When the line with "v15 (0,-6.775,-41.05)" appears below, start repeating lines exactly, and keep going through the line with "face CYL(AX(P(3,0,49.325),D(-1,0,0),D(0,0,1)),1.5) rev"; add nothing outside that span.

*** Record extracts Section Begins ***

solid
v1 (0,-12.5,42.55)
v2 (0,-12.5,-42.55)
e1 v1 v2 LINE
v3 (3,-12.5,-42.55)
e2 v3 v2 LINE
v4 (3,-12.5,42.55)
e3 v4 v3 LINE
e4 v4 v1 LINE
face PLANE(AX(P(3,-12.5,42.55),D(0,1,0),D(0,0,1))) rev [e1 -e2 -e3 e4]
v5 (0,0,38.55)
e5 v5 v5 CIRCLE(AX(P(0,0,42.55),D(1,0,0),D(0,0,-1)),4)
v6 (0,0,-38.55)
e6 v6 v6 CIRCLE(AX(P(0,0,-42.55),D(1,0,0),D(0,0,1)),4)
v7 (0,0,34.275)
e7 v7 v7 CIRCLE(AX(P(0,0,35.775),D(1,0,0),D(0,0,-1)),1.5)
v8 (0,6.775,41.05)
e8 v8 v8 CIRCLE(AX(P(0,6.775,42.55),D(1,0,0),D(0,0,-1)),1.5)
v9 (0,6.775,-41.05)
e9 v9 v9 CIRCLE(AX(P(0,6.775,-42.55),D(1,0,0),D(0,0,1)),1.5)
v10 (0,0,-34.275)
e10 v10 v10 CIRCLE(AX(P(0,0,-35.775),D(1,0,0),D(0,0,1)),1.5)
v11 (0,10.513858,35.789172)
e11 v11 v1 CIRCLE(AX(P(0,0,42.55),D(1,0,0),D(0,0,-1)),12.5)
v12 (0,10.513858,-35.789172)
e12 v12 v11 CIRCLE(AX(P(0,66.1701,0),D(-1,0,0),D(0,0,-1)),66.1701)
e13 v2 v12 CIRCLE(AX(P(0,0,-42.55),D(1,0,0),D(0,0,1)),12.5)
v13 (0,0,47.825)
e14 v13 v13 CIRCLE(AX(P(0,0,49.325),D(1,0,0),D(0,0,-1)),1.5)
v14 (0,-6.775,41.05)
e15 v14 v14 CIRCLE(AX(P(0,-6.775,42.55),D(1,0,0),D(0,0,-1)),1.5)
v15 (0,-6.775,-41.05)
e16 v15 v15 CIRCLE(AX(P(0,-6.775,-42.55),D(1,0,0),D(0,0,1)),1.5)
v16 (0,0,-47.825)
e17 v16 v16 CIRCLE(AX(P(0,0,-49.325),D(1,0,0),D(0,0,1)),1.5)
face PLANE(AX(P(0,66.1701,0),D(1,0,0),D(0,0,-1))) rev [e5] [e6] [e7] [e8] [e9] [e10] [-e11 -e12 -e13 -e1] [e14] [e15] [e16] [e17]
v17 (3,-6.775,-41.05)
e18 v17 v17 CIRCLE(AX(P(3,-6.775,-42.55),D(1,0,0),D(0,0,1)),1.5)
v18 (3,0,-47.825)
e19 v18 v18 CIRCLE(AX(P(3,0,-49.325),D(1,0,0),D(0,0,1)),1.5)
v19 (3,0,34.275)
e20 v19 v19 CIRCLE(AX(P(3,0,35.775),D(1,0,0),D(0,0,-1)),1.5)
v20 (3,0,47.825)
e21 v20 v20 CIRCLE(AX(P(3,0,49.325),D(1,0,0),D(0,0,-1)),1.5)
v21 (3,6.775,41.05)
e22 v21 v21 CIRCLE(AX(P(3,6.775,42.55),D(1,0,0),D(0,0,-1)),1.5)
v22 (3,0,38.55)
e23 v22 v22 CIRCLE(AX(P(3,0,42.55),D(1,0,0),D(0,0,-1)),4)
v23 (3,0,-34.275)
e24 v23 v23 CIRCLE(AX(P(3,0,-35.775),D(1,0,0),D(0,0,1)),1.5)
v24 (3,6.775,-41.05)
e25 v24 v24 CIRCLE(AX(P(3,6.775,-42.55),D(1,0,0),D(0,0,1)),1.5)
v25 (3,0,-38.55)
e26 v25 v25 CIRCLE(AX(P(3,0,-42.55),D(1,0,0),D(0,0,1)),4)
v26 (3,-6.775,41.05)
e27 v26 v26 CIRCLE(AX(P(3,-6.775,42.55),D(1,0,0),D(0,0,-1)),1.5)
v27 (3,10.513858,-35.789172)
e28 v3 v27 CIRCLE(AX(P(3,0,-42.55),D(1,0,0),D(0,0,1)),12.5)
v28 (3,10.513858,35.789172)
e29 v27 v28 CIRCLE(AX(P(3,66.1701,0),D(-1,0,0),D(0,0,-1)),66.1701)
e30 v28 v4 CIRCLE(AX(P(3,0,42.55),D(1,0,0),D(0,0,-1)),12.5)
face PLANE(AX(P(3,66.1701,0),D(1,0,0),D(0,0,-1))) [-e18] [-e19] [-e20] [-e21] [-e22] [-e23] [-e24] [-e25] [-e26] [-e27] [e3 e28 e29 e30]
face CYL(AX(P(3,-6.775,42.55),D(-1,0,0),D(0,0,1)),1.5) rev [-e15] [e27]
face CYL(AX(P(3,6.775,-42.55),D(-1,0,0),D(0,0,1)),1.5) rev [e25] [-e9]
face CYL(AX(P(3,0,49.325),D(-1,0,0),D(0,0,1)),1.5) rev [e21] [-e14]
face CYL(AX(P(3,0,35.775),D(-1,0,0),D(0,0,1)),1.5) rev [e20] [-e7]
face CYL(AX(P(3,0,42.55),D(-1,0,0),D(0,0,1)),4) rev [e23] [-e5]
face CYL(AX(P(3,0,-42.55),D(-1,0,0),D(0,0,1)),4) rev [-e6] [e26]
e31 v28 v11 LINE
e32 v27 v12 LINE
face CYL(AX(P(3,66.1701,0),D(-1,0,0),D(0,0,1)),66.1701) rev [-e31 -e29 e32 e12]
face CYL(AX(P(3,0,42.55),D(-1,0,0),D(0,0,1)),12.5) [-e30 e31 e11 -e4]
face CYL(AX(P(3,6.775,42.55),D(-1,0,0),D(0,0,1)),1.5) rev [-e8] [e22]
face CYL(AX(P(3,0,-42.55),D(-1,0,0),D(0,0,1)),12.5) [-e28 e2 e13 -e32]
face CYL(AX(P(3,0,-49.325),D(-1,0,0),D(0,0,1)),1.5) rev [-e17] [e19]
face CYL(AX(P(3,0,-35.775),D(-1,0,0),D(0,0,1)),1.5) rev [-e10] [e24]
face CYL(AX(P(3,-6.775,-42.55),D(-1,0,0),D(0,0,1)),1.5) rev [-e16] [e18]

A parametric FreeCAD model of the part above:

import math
import FreeCAD as App
import Part
import Sketcher
from FreeCAD import Vector
Q = App.Units.Quantity

doc = App.newDocument("Part")
params = doc.addObject("Spreadsheet::Sheet", "Params")
for row, (alias, value) in enumerate([
    ("sketch1_diameter", "3 mm"),
    ("sketch1_diameter2", "8 mm"),
    ("sketch1_radius", "12.5 mm"),
    ("sketch1_height", "85.1 mm"),
    ("pad1_length", "3 mm"),
], start=1):
    params.set(f"A{row}", alias)
    params.set(f"B{row}", "=" + value)
    params.setAlias(f"B{row}", alias)

body = doc.addObject("PartDesign::Body", "Body")

sketch1 = body.newObject("Sketcher::SketchObject", "Sketch")
sketch1.AttachmentSupport = (doc.getObject("YZ_Plane"), [""])
sketch1.MapMode = "FlatFace"
sketch1.addGeometry(Part.LineSegment(Vector(-12.5, 42.5, 0), Vector(-12.5, -42.5, 0)), False)
sketch1.addGeometry(Part.ArcOfCircle(Part.Circle(Vector(0, -42.5, 0), Vector(0, 0, 1), 12.5), math.radians(180), math.radians(393)), False)
sketch1.addGeometry(Part.ArcOfCircle(Part.Circle(Vector(66.2, 0, 0), Vector(0, 0, 1), 66.2), math.radians(147), math.radians(213)), False)
sketch1.addGeometry(Part.ArcOfCircle(Part.Circle(Vector(0, 42.5, 0), Vector(0, 0, 1), 12.5), math.radians(-33), math.radians(180)), False)
sketch1.addGeometry(Part.Circle(Vector(-6.8, 42.5, 0), Vector(0, 0, 1), 1.5), False)
sketch1.addGeometry(Part.Circle(Vector(-6.8, -42.5, 0), Vector(0, 0, 1), 1.5), False)
sketch1.addGeometry(Part.Circle(Vector(0, 49.3, 0), Vector(0, 0, 1), 1.5), False)
sketch1.addGeometry(Part.Circle(Vector(0, 42.5, 0), Vector(0, 0, 1), 4), False)
sketch1.addGeometry(Part.Circle(Vector(0, 35.8, 0), Vector(0, 0, 1), 1.5), False)
sketch1.addGeometry(Part.Circle(Vector(6.8, 42.5, 0), Vector(0, 0, 1), 1.5), False)
sketch1.addGeometry(Part.Circle(Vector(0, -35.8, 0), Vector(0, 0, 1), 1.5), False)
sketch1.addGeometry(Part.Circle(Vector(0, -42.5, 0), Vector(0, 0, 1), 4), False)
sketch1.addGeometry(Part.Circle(Vector(0, -49.3, 0), Vector(0, 0, 1), 1.5), False)
sketch1.addGeometry(Part.Circle(Vector(6.8, -42.5, 0), Vector(0, 0, 1), 1.5), False)
sketch1.addConstraint(Sketcher.Constraint("Tangent", 0, 2, 1, 1))
sketch1.addConstraint(Sketcher.Constraint("Tangent", 1, 2, 2, 2))
sketch1.addConstraint(Sketcher.Constraint("Tangent", 2, 1, 3, 1))
sketch1.addConstraint(Sketcher.Constraint("Tangent", 3, 2, 0, 1))
sketch1.addConstraint(Sketcher.Constraint("Vertical", 0))
sketch1.addConstraint(Sketcher.Constraint("Coincident", 7, 3, 3, 3))
sketch1.addConstraint(Sketcher.Constraint("Coincident", 11, 3, 1, 3))
sketch1.addConstraint(Sketcher.Constraint("Equal", 1, 3))
sketch1.addConstraint(Sketcher.Constraint("Equal", 4, 5))
sketch1.addConstraint(Sketcher.Constraint("Equal", 5, 6))
sketch1.addConstraint(Sketcher.Constraint("Equal", 6, 8))
sketch1.addConstraint(Sketcher.Constraint("Equal", 8, 9))
sketch1.addConstraint(Sketcher.Constraint("Equal", 9, 10))
sketch1.addConstraint(Sketcher.Constraint("Equal", 7, 11))
sketch1.addConstraint(Sketcher.Constraint("Equal", 10, 12))
sketch1.addConstraint(Sketcher.Constraint("Equal", 12, 13))
sketch1.addConstraint(Sketcher.Constraint("Symmetric", 1, 3, 3, 3, -1, 1))
sketch1.addConstraint(Sketcher.Constraint("Symmetric", 5, 3, 9, 3, -1, 1))
sketch1.addConstraint(Sketcher.Constraint("Symmetric", 8, 3, 10, 3, -1, 1))
sketch1.addConstraint(Sketcher.Constraint("Symmetric", 6, 3, 12, 3, -1, 1))
sketch1.addConstraint(Sketcher.Constraint("Symmetric", 4, 3, 13, 3, -1, 1))
sketch1.addConstraint(Sketcher.Constraint("Symmetric", 4, 3, 9, 3, -2))
sketch1.addConstraint(Sketcher.Constraint("PointOnObject", 6, 3, -2))
sketch1.addConstraint(Sketcher.Constraint("PointOnObject", 8, 3, -2))
sketch1.addConstraint(Sketcher.Constraint("Horizontal", 3, 3, 4, 3))
sketch1.addConstraint(Sketcher.Constraint("Diameter", 4, Q("3 mm")))
sketch1.addConstraint(Sketcher.Constraint("Diameter", 7, Q("8 mm")))
sketch1.addConstraint(Sketcher.Constraint("Radius", 1, Q("12.5 mm")))
sketch1.addConstraint(Sketcher.Constraint("DistanceY", 0, 2, 0, 1, Q("85.1 mm")))
sketch1.addConstraint(Sketcher.Constraint("Radius", 2, Q("66.1701 mm")))
sketch1.addConstraint(Sketcher.Constraint("DistanceY", 8, 3, 6, 3, Q("13.55 mm")))
sketch1.addConstraint(Sketcher.Constraint("DistanceX", 4, 3, 9, 3, Q("13.55 mm")))
sketch1.addConstraint(Sketcher.Constraint("DistanceY", 10, 3, 8, 3, Q("71.55 mm")))
sketch1.setExpression("Constraints[25]", "Params.sketch1_diameter")
sketch1.setExpression("Constraints[26]", "Params.sketch1_diameter2")
sketch1.setExpression("Constraints[27]", "Params.sketch1_radius")
sketch1.setExpression("Constraints[28]", "Params.sketch1_height")
pad1 = body.newObject("PartDesign::Pad", "Pad")
pad1.Profile = sketch1
pad1.setExpression("Length", "Params.pad1_length")

doc.recompute()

*** Record extracts Section Ends ***

Output for this task:
v15 (0,-6.775,-41.05)
e16 v15 v15 CIRCLE(AX(P(0,-6.775,-42.55),D(1,0,0),D(0,0,1)),1.5)
v16 (0,0,-47.825)
e17 v16 v16 CIRCLE(AX(P(0,0,-49.325),D(1,0,0),D(0,0,1)),1.5)
face PLANE(AX(P(0,66.1701,0),D(1,0,0),D(0,0,-1))) rev [e5] [e6] [e7] [e8] [e9] [e10] [-e11 -e12 -e13 -e1] [e14] [e15] [e16] [e17]
v17 (3,-6.775,-41.05)
e18 v17 v17 CIRCLE(AX(P(3,-6.775,-42.55),D(1,0,0),D(0,0,1)),1.5)
v18 (3,0,-47.825)
e19 v18 v18 CIRCLE(AX(P(3,0,-49.325),D(1,0,0),D(0,0,1)),1.5)
v19 (3,0,34.275)
e20 v19 v19 CIRCLE(AX(P(3,0,35.775),D(1,0,0),D(0,0,-1)),1.5)
v20 (3,0,47.825)
e21 v20 v20 CIRCLE(AX(P(3,0,49.325),D(1,0,0),D(0,0,-1)),1.5)
v21 (3,6.775,41.05)
e22 v21 v21 CIRCLE(AX(P(3,6.775,42.55),D(1,0,0),D(0,0,-1)),1.5)
v22 (3,0,38.55)
e23 v22 v22 CIRCLE(AX(P(3,0,42.55),D(1,0,0),D(0,0,-1)),4)
v23 (3,0,-34.275)
e24 v23 v23 CIRCLE(AX(P(3,0,-35.775),D(1,0,0),D(0,0,1)),1.5)
v24 (3,6.775,-41.05)
e25 v24 v24 CIRCLE(AX(P(3,6.775,-42.55),D(1,0,0),D(0,0,1)),1.5)
v25 (3,0,-38.55)
e26 v25 v25 CIRCLE(AX(P(3,0,-42.55),D(1,0,0),D(0,0,1)),4)
v26 (3,-6.775,41.05)
e27 v26 v26 CIRCLE(AX(P(3,-6.775,42.55),D(1,0,0),D(0,0,-1)),1.5)
v27 (3,10.513858,-35.789172)
e28 v3 v27 CIRCLE(AX(P(3,0,-42.55),D(1,0,0),D(0,0,1)),12.5)
v28 (3,10.513858,35.789172)
e29 v27 v28 CIRCLE(AX(P(3,66.1701,0),D(-1,0,0),D(0,0,-1)),66.1701)
e30 v28 v4 CIRCLE(AX(P(3,0,42.55),D(1,0,0),D(0,0,-1)),12.5)
face PLANE(AX(P(3,66.1701,0),D(1,0,0),D(0,0,-1))) [-e18] [-e19] [-e20] [-e21] [-e22] [-e23] [-e24] [-e25] [-e26] [-e27] [e3 e28 e29 e30]
face CYL(AX(P(3,-6.775,42.55),D(-1,0,0),D(0,0,1)),1.5) rev [-e15] [e27]
face CYL(AX(P(3,6.775,-42.55),D(-1,0,0),D(0,0,1)),1.5) rev [e25] [-e9]
face CYL(AX(P(3,0,49.325),D(-1,0,0),D(0,0,1)),1.5) rev [e21] [-e14]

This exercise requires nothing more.